BlankBlankBlank14 · 30/07/2025 19:17

Blablibladirladada · 30/07/2025 19:00

Na.

I also think GM should be invited but if any of my children wouldn’t want to invite anyone…I will just not peep a word and let them deal with it in their own time and manner.
if said child/person comes and ask me yes. Otherwise, let them grow and make their mistake. I do hope I won’t see some mistake like this but I shall do my best to not intervene.

Na I’d call my children out on that behaviour. It’s amazing how many wouldn’t though. Some just can’t see their offspring could possibly be wrong.

Not that mine would dream of doing that.

TankFlyBossWalkJamNittiGritti · 30/07/2025 19:21

If my dc chose to exclude a grandparent from their wedding and be entirely selfish Id really question my parenting.

Blablibladirladada · 30/07/2025 19:24

BlankBlankBlank14 · 30/07/2025 19:17

Na I’d call my children out on that behaviour.

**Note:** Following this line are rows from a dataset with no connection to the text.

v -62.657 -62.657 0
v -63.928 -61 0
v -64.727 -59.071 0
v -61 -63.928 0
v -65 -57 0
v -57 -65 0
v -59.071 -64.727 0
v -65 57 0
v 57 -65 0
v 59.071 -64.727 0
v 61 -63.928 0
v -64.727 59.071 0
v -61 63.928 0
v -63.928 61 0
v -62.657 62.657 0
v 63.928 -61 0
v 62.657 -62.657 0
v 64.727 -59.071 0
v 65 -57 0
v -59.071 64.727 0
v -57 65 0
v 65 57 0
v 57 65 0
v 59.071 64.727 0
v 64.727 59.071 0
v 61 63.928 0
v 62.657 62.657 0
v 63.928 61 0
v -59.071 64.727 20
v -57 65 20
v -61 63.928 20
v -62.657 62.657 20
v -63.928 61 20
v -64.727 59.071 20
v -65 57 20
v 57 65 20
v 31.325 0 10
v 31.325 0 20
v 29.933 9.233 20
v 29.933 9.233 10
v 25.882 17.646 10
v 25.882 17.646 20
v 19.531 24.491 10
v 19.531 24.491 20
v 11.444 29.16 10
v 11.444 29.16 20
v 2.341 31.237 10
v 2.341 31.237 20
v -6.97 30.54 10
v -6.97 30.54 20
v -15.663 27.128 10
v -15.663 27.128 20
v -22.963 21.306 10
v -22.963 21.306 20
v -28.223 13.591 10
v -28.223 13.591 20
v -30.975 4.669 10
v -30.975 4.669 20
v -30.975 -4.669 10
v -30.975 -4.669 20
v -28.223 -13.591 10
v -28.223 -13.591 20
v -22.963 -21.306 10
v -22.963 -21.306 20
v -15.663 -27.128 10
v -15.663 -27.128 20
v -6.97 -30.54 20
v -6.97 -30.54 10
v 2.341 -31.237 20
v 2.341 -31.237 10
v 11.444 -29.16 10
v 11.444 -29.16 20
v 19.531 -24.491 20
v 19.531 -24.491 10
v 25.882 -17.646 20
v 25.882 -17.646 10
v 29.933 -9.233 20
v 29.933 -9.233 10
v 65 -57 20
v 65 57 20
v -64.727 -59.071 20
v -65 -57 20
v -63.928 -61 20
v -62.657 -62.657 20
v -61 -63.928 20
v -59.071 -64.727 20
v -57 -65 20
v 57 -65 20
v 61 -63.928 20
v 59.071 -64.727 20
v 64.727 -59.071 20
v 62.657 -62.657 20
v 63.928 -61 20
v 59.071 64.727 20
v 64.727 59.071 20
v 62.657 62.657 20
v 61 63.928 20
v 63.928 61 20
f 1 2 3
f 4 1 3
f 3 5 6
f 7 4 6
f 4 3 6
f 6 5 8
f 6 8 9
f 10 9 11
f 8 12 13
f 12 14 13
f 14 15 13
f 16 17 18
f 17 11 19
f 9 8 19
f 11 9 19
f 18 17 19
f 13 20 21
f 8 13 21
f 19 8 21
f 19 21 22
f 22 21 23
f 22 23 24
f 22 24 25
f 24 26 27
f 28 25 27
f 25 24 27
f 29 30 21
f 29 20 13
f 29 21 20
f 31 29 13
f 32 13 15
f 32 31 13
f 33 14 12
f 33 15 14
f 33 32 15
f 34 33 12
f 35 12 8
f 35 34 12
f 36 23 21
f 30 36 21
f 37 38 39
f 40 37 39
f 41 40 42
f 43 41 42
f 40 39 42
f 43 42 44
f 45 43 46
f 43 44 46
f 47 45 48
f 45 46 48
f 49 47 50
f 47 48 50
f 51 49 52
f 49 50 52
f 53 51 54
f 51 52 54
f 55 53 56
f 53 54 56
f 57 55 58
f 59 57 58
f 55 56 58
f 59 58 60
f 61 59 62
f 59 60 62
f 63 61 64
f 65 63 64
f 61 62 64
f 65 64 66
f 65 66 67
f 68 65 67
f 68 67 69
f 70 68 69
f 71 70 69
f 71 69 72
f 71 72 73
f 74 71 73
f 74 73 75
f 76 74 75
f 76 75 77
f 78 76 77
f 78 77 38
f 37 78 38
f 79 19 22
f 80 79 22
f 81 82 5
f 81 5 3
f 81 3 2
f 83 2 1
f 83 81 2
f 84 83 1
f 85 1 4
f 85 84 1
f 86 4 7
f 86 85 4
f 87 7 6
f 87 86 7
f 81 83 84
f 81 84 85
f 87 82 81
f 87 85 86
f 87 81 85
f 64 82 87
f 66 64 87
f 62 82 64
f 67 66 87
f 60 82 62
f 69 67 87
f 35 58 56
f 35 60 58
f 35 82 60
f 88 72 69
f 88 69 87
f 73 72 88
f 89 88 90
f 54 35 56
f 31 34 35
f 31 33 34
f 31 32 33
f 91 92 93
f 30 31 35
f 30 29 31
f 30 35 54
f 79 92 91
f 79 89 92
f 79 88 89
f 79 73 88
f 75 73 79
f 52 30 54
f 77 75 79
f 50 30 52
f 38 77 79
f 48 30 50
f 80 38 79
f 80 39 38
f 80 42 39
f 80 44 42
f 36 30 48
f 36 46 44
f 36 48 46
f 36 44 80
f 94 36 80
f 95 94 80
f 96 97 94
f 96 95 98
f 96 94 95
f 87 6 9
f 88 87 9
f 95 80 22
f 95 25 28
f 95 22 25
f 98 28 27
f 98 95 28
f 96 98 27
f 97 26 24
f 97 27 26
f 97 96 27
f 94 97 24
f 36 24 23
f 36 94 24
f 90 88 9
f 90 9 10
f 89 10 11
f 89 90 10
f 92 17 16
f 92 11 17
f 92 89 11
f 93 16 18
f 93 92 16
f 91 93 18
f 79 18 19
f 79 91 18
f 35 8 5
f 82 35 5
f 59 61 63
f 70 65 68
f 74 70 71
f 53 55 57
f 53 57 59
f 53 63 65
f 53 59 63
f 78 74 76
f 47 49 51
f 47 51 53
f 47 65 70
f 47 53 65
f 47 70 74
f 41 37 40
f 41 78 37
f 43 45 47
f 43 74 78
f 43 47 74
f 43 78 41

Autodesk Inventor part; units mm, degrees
ref_plane "YZ Plane" through (0, 0, 0) normal (1, 0, 0) x (0, 1, 0)
ref_plane "XZ Plane" through (0, 0, 0) normal (0, 1, 0) x (-1, 0, 0)
ref_plane "XY Plane" through (0, 0, 0) normal (0, 0, 1) x (1, 0, 0)
sketch "Sketch1" plane through (0, 0, 0) normal (0, 0, 1) x (1, 0, 0)
  line L0 (-65, -65) -> (65, -65)
  line L1 (65, -65) -> (65, 65)
  line L2 (65, 65) -> (-65, 65)
  line L3 (-65, 65) -> (-65, -65)
  line L4 (-65, -65) -> (65, 65) construction
  line L5 (65, -65) -> (-65, 65) construction
  point P0 (0, 0)
  dimension "d0" = 130
  dimension "d1" = 130
extrude "Extrusion1" add sketch "Sketch1" along normal blind 20
fillet "Fillet1" radius 8 4 edges at (65, -65, 10) (65, 65, 10) (-65, -65, 10) (-65, 65, 10)
sketch "Sketch2" plane through (0, 0, 20) normal (0, 0, 1) x (1, 0, 0)
  circle A0 centre (0, 0) radius 31.325
  dimension "d7" = 62.65
extrude "Extrusion2" cut sketch "Sketch2" against normal blind 10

It’s amazing how many wouldn’t though. Some just can’t see their offspring could possibly be wrong.

Not that mine would dream of doing that.

I would defo think it is wrong. Still leave them to it or grandma to address.
it depends their age maybe?? But In their 30s like this is the case. Nope.

Truetoself · 30/07/2025 19:29

If someone was wanting to cut costs, a grandparent wouldn’t be the first one off the list would they? I would be interested in your sister’s explanation. I would be very disappointed if any of my kids didn’t invite my mother or MIL to their wedding

BlankBlankBlank14 · 30/07/2025 19:34

Blablibladirladada · 30/07/2025 19:24

I would defo think it is wrong. Still leave them to it or grandma to address.
it depends their age maybe?? But In their 30s like this is the case. Nope.

Don’t care their age, they need to understand upset they’re causing.. it won’t be for just the day.

The damage will be done forever.

WaltzingWaters · 30/07/2025 19:46

That’s really inconsiderate of him. How cruel to his gran. I’d be surprised if your sister is okay with that. I know it’s their wedding and up to them who they invite, but that really is just not nice.

I think men can just be quite thoughtless (and just not give a crap) sometimes. My brother is the same. He lives the closest to our grandparents, would only take him half hour to get to them, never ever visits. Never calls or messages. It takes me 5 1/2 hrs and I visit a few times a year for 4-5 days at a time, call weekly, message every few days.

Blablibladirladada · 30/07/2025 19:49

BlankBlankBlank14 · 30/07/2025 19:34

Don’t care their age, they need to understand upset they’re causing.. it won’t be for just the day.

The damage will be done forever.

Shouldn’t they already though?

the real question is why is she not?and whatever reason behind that isn’t going to be close family.